I had a transformative experience of breathwork when I worked with Rebecca Dennis of “the Breathing Tree”.  She used different breathing techniques to release stuck energy, stress and trauma in my body, which usually involved lying on the floor breathing in a certain way and crying uncontrollably due to some emotional release, coaxed out by Rebecca, telling me the entire time that I was safe in my body. Then, a feeling of exhaustion but also complete peace would sweep over me, and I felt somehow cleansed, happier and lighter. 

It was a form of somatic therapy that didn’t involve much talking, and taught me to stay in my body and with my breath when rocked by difficult feelings. As such, it was sort of metaphor for life—that when we are ransacked by difficult emotions and situations, we should try to stay present, aware and embodied, so that we are more able to respond appropriately, and do what is best for our wellbeing in that moment. 

 I also did a very memorable and cathartic two day workshop in May 2019 with Rebecca, Jambo Truong and Michele Barrocci called “Journey to Being: through breath, movement and sound”, which brought me several deep spiritual insights, the likes of which I had had before intellectually, but rarely experienced in such an embodied and felt way. 

The instructors took us on a journey of several hours of breathing and movement exercises, many of which involved us lying on the floor, each on a yoga mat, breathing heavily, and then descending into paroxysms of crying, screaming, pounding the floor, and generally letting out a lot of stress, anxiety, fear, trauma, and grief. Sounds like a fun weekend activity? Fun may not be the first word that springs to mind, but it was transformative.

As everyone was screaming and pounding the floor, I was overcome with the profound sense that we were all connected in our humanity, in our common pain and wounding.
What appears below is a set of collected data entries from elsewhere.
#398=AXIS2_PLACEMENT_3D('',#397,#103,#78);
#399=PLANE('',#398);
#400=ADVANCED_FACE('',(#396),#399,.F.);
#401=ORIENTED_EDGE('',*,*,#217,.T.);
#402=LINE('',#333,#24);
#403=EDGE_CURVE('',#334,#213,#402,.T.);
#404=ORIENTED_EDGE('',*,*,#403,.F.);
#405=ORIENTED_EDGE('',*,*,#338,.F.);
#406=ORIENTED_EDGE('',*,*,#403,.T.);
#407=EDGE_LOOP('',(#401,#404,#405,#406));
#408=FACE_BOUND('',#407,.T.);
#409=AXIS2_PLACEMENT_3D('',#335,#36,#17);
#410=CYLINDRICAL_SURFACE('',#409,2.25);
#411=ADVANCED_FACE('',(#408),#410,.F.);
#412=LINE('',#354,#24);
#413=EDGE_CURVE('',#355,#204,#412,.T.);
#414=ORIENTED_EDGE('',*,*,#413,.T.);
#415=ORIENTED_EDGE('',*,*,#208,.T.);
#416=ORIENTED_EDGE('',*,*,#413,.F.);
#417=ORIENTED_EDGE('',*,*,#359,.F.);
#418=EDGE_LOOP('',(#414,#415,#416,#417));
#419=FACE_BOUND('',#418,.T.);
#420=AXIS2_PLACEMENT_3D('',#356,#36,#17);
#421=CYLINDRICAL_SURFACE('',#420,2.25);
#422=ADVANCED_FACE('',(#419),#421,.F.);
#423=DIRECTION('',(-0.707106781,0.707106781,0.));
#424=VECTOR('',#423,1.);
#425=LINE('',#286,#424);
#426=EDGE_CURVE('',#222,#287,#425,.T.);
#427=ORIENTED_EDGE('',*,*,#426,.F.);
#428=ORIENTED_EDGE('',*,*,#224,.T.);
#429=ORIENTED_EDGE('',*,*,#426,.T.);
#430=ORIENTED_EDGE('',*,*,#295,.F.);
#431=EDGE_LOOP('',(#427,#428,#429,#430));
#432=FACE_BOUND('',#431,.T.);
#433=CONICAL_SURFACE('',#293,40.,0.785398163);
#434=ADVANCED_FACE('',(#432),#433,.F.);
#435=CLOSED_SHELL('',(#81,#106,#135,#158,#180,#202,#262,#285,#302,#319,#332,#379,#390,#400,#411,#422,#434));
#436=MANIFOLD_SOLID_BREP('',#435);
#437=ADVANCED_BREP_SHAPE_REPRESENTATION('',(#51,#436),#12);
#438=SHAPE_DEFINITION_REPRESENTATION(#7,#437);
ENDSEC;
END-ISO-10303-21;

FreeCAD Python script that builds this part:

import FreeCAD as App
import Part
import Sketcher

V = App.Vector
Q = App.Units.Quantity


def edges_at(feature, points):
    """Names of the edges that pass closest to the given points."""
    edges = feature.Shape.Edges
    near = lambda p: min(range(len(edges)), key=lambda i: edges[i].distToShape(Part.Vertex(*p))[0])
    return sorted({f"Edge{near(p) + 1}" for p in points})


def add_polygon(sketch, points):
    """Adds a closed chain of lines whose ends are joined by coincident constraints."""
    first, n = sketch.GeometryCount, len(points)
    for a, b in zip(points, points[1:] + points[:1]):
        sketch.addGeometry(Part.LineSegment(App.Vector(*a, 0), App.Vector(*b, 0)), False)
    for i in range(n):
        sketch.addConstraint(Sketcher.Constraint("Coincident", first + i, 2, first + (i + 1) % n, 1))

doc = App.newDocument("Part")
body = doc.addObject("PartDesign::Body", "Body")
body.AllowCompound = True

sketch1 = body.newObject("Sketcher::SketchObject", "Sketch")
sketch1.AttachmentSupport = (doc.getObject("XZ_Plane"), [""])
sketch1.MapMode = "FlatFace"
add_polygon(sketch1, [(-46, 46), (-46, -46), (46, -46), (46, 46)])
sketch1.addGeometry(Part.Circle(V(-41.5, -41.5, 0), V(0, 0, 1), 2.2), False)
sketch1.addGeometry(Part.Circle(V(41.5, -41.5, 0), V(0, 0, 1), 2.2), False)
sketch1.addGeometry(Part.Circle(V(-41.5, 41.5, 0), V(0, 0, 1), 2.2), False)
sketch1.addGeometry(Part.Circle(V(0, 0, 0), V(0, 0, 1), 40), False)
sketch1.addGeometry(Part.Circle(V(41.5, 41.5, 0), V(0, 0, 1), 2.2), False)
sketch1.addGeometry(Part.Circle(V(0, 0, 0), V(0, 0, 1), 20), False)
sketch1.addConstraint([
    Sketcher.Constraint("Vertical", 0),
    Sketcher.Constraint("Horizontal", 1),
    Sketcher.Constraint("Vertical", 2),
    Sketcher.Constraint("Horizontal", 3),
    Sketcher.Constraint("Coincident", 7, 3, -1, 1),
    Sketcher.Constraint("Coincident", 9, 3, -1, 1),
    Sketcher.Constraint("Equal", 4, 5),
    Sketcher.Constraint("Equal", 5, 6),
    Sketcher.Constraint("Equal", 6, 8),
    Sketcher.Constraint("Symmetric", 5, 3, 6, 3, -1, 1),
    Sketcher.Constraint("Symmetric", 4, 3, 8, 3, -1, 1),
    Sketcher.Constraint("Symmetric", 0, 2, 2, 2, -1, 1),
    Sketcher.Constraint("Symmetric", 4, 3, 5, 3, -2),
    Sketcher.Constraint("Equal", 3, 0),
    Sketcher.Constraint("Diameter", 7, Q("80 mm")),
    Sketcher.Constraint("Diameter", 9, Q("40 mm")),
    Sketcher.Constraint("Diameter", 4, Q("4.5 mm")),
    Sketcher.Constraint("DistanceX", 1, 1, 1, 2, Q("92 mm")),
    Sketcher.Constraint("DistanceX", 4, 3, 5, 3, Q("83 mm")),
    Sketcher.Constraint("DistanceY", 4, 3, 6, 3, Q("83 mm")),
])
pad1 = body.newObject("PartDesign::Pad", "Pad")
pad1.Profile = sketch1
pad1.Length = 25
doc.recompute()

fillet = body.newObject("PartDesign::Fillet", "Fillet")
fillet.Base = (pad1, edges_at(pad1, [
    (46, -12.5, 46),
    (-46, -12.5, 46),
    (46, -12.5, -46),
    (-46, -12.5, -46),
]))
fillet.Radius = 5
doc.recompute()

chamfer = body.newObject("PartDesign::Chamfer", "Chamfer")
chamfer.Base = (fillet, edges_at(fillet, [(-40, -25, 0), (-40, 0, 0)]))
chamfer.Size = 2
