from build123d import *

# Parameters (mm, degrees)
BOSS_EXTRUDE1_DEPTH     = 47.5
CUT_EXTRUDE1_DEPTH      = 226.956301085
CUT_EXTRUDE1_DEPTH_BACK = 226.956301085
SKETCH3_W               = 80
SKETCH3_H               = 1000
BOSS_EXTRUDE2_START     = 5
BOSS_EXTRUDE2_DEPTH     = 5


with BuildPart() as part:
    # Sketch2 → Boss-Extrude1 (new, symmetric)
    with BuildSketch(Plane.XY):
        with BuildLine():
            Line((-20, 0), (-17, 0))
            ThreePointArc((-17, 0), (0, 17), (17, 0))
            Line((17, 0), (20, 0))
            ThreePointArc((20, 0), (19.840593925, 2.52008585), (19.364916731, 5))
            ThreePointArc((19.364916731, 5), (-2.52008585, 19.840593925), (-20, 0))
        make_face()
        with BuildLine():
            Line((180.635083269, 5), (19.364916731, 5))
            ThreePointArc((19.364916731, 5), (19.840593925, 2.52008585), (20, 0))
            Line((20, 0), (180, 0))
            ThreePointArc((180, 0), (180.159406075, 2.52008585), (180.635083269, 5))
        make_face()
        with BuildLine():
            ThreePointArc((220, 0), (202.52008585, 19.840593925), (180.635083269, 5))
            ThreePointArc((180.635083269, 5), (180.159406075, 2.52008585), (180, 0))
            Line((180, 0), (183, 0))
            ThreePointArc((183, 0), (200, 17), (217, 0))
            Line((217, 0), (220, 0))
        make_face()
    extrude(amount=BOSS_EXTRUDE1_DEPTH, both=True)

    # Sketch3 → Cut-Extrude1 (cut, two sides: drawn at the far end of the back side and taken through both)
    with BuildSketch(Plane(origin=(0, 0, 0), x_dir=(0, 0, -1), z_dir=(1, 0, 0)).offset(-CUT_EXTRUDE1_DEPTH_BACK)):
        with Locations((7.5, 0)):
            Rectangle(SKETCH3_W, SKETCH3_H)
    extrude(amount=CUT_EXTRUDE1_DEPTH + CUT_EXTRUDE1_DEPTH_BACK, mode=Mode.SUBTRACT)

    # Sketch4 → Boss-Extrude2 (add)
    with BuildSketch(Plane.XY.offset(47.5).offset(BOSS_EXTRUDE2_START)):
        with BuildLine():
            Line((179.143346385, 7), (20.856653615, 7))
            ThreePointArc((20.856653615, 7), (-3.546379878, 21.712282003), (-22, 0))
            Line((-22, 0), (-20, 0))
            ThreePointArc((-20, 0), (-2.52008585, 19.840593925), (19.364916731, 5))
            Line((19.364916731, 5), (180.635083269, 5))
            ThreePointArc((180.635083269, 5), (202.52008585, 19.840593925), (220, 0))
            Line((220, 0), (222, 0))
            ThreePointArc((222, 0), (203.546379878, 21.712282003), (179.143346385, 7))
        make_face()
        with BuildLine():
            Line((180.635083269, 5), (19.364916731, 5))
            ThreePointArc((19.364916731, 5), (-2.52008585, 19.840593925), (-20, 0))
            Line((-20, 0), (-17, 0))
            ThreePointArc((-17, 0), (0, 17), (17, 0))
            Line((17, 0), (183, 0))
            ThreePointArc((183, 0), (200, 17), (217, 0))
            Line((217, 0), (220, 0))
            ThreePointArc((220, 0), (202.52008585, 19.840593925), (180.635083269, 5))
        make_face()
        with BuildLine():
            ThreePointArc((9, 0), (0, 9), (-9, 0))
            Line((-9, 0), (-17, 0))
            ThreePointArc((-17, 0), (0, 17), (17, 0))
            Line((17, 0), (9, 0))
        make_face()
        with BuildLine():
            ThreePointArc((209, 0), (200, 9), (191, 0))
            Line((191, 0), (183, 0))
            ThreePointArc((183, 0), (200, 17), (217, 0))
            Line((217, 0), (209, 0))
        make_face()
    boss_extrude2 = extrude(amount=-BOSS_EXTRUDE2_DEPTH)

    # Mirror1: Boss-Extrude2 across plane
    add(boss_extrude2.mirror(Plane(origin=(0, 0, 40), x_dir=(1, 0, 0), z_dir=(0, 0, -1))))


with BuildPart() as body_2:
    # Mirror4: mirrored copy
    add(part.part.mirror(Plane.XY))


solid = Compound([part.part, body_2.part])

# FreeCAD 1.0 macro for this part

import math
import FreeCAD as App
import Part
import Sketcher
Q = App.Units.Quantity

doc = App.newDocument("Part")
body = doc.addObject("PartDesign::Body", "Body")

# Sketch on XY plane
sketch1 = body.newObject("Sketcher::SketchObject", "Sketch")
sketch1.AttachmentSupport = (doc.getObject("XY_Plane"), [""])
sketch1.MapMode = "FlatFace"
sketch1.addGeometry([
    Part.LineSegment(App.Vector(-20, 0, 0), App.Vector(-17, 0, 0)),  # 0
    Part.ArcOfCircle(Part.Circle(App.Vector(0, 0, 0), App.Vector(0, 0, 1), 17), math.radians(0), math.radians(180)),  # 1
    Part.LineSegment(App.Vector(17, 0, 0), App.Vector(183, 0, 0)),  # 2
    Part.ArcOfCircle(Part.Circle(App.Vector(200, 0, 0), App.Vector(0, 0, 1), 17), math.radians(0), math.radians(180)),  # 3
    Part.LineSegment(App.Vector(217, 0, 0), App.Vector(220, 0, 0)),  # 4
    Part.ArcOfCircle(Part.Circle(App.Vector(200, 0, 0), App.Vector(0, 0, 1), 20), math.radians(0), math.radians(165.522488)),  # 5
    Part.LineSegment(App.Vector(180.635083, 5, 0), App.Vector(19.364917, 5, 0)),  # 6
    Part.ArcOfCircle(Part.Circle(App.Vector(0, 0, 0), App.Vector(0, 0, 1), 20), math.radians(14.477512), math.radians(180)),  # 7
], False)
sketch1.addConstraint([
    Sketcher.Constraint("Coincident", 0, 2, 1, 2),
    Sketcher.Constraint("Coincident", 1, 1, 2, 1),
    Sketcher.Constraint("Coincident", 2, 2, 3, 2),
    Sketcher.Constraint("Coincident", 3, 1, 4, 1),
    Sketcher.Constraint("Coincident", 4, 2, 5, 1),
    Sketcher.Constraint("Coincident", 5, 2, 6, 1),
    Sketcher.Constraint("Coincident", 6, 2, 7, 1),
    Sketcher.Constraint("Coincident", 7, 2, 0, 1),
    Sketcher.Constraint("Horizontal", 0),
    Sketcher.Constraint("Horizontal", 2),
    Sketcher.Constraint("Horizontal", 4),
    Sketcher.Constraint("Horizontal", 6),
    Sketcher.Constraint("Coincident", 1, 3, -1, 1),
    Sketcher.Constraint("Coincident", 7, 3, -1, 1),
    Sketcher.Constraint("Coincident", 5, 3, 3, 3),
    Sketcher.Constraint("Equal", 1, 3),
    Sketcher.Constraint("Equal", 5, 7),
    Sketcher.Constraint("PointOnObject", 3, 3, -1),
    Sketcher.Constraint("PointOnObject", 0, 2, -1),
    Sketcher.Constraint("PointOnObject", 1, 1, -1),
    Sketcher.Constraint("PointOnObject", 3, 1, -1),
    Sketcher.Constraint("Radius", 1, Q("17 mm")),
    Sketcher.Constraint("Radius", 5, Q("20 mm")),
    Sketcher.Constraint("DistanceX", 2, 1, 2, 2, Q("166 mm")),
    Sketcher.Constraint("DistanceY", -1, 1, 5, 2, Q("5 mm")),
])
pad1 = body.newObject("PartDesign::Pad", "Pad")
pad1.Profile = sketch1
pad1.Length = 95
pad1.Midplane = True

# Sketch on YZ plane
sketch2 = body.newObject("Sketcher::SketchObject", "Sketch001")
sketch2.AttachmentSupport = (doc.getObject("YZ_Plane"), [""])
sketch2.MapMode = "FlatFace"
sketch2.addGeometry([
    Part.LineSegment(App.Vector(500, 32.5, 0), App.Vector(-500, 32.5, 0)),
    Part.LineSegment(App.Vector(-500, 32.5, 0), App.Vector(-500, -47.5, 0)),
    Part.LineSegment(App.Vector(-500, -47.5, 0), App.Vector(500, -47.5, 0)),
    Part.LineSegment(App.Vector(500, -47.5, 0), App.Vector(500, 32.5, 0)),
], False)
sketch2.addConstraint([
    Sketcher.Constraint("Coincident", 0, 2, 1, 1),
    Sketcher.Constraint("Coincident", 1, 2, 2, 1),
    Sketcher.Constraint("Coincident", 2, 2, 3, 1),
    Sketcher.Constraint("Coincident", 3, 2, 0, 1),
    Sketcher.Constraint("Horizontal", 0),
    Sketcher.Constraint("Vertical", 1),
    Sketcher.Constraint("Horizontal", 2),
    Sketcher.Constraint("Vertical", 3),
    Sketcher.Constraint("DistanceX", 0, 2, 0, 1, Q("1000 mm")),
    Sketcher.Constraint("DistanceY", 1, 2, 1, 1, Q("80 mm")),
    Sketcher.Constraint("DistanceX", 0, 2, -1, 1, Q("500 mm")),
    Sketcher.Constraint("DistanceY", -1, 1, 0, 2, Q("32.5 mm")),
])
pocket1 = body.newObject("PartDesign::Pocket", "Pocket")
pocket1.Profile = sketch2
pocket1.Type = "ThroughAll"
pocket1.Midplane = True

# Sketch on XY plane
sketch3 = body.newObject("Sketcher::SketchObject", "Sketch002")
sketch3.AttachmentSupport = (doc.getObject("XY_Plane"), [""])
sketch3.MapMode = "FlatFace"
sketch3.AttachmentOffset = App.Placement(App.Vector(0, 0, 52.5), App.Rotation())
sketch3.addGeometry([
    Part.LineSegment(App.Vector(179.143346, 7, 0), App.Vector(20.856654, 7, 0)),  # 0
    Part.ArcOfCircle(Part.Circle(App.Vector(0, 0, 0), App.Vector(0, 0, 1), 22), math.radians(18.553005), math.radians(180)),  # 1
    Part.LineSegment(App.Vector(-22, 0, 0), App.Vector(-9, 0, 0)),  # 2
    Part.ArcOfCircle(Part.Circle(App.Vector(0, 0, 0), App.Vector(0, 0, 1), 9), math.radians(0), math.radians(180)),  # 3
    Part.LineSegment(App.Vector(9, 0, 0), App.Vector(191, 0, 0)),  # 4
    Part.ArcOfCircle(Part.Circle(App.Vector(200, 0, 0), App.Vector(0, 0, 1), 9), math.radians(0), math.radians(180)),  # 5
    Part.LineSegment(App.Vector(209, 0, 0), App.Vector(222, 0, 0)),  # 6
    Part.ArcOfCircle(Part.Circle(App.Vector(200, 0, 0), App.Vector(0, 0, 1), 22), math.radians(0), math.radians(161.446995)),  # 7
], False)
sketch3.addConstraint([
    Sketcher.Constraint("Coincident", 0, 2, 1, 1),
    Sketcher.Constraint("Coincident", 1, 2, 2, 1),
    Sketcher.Constraint("Coincident", 2, 2, 3, 2),
    Sketcher.Constraint("Coincident", 3, 1, 4, 1),
    Sketcher.Constraint("Coincident", 4, 2, 5, 2),
    Sketcher.Constraint("Coincident", 5, 1, 6, 1),
    Sketcher.Constraint("Coincident", 6, 2, 7, 1),
    Sketcher.Constraint("Coincident", 7, 2, 0, 1),
    Sketcher.Constraint("Horizontal", 0),
    Sketcher.Constraint("Horizontal", 2),
    Sketcher.Constraint("Horizontal", 4),
    Sketcher.Constraint("Horizontal", 6),
    Sketcher.Constraint("Coincident", 1, 3, -1, 1),
    Sketcher.Constraint("Coincident", 3, 3, -1, 1),
    Sketcher.Constraint("Coincident", 7, 3, 5, 3),
    Sketcher.Constraint("Equal", 3, 5),
    Sketcher.Constraint("Equal", 1, 7),
    Sketcher.Constraint("PointOnObject", 5, 3, -1),
    Sketcher.Constraint("PointOnObject", 1, 2, -1),
    Sketcher.Constraint("PointOnObject", 3, 1, -1),
    Sketcher.Constraint("PointOnObject", 5, 1, -1),
    Sketcher.Constraint("Radius", 1, Q("22 mm")),
    Sketcher.Constraint("Radius", 3, Q("9 mm")),
    Sketcher.Constraint("DistanceX", 4, 1, 4, 2, Q("182 mm")),
    Sketcher.Constraint("DistanceY", -1, 1, 0, 2, Q("7 mm")),
])
pad2 = body.newObject("PartDesign::Pad", "Pad001")
pad2.Profile = sketch3
pad2.Length = 5
pad2.Reversed = True
doc.recompute()

datumplane = body.newObject("PartDesign::Plane", "DatumPlane")
datumplane.AttachmentSupport = (doc.getObject("XY_Plane"), [""])
datumplane.MapMode = "FlatFace"
datumplane.AttachmentOffset = App.Placement(App.Vector(0, 0, 40), App.Rotation())
mirrored = body.newObject("PartDesign::Mirrored", "Mirrored")
mirrored.Originals = [pad2]
mirrored.MirrorPlane = (datumplane, [""])
body.Tip = mirrored
body2 = doc.addObject("PartDesign::Body", "Body001")
doc.recompute()

mirroring = doc.addObject("Part::Mirroring", "Mirroring")
mirroring.Source = body
mirroring.Base = App.Vector(0, 0, 0)
mirroring.Normal = App.Vector(0, 0, 1)
body2.BaseFeature = mirroring
doc.recompute()
mirroring.Visibility = False

doc.recompute()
And yet I was also acutely aware that each of us had our own drama that we needed to process alone. That the screaming person next to me, in front of me, behind me, were in their own drama, as I was in mine, and that was OK. 

I was very conscious that our bodies were our boundaries, and it became really important not to get sucked into the other person’s drama, but to stay in our own bodies. Just as it was important to stay in our own bodies while we experienced our own wounding; our bodies being the container for all this humanity with its inherent pain. 

It drove home the importance of boundaries, figuratively and literally. The importance of processing our own stuff without getting distracted, blindsided or sidetrack by other peoples’ stuff, without needing the other to look at our own drama, judging or validating it. 

Some insights from breathwork

No wonder we have a hard time with boundaries. We crave that feeling of fusion and connection which is our birth right, and yet ideally we come to it from a place of being fully grounded in our own reality, fully boundaried within and connected to ourselves first and foremost, before we can connect with others. 

How do we navigate this dichotomy between the desire for fusional connection with others, and the need for firm boundaries and a developed and autonomous Self? The helpers who supported us throughout the weekend seemed to symbolise this by coming and going, holding us in our pain, because they themselves were resourced enough to be able to hold us, but then moved on and left us to it. 

And maybe that is what it’s about – we need to be taught from the outside first, how to be held in our pain—as a good mother teaches a child how to manage difficult emotions. Once we integrate that, we can do it for ourselves. And then from the strength of being integrated and embodied within ourselves, we can hold and connect with others. We will realise more fully that we are always, and have always been connected with them; and that as resilient adults, if we can, we owe it to our fellow human to hold each other in our common humanity and pain.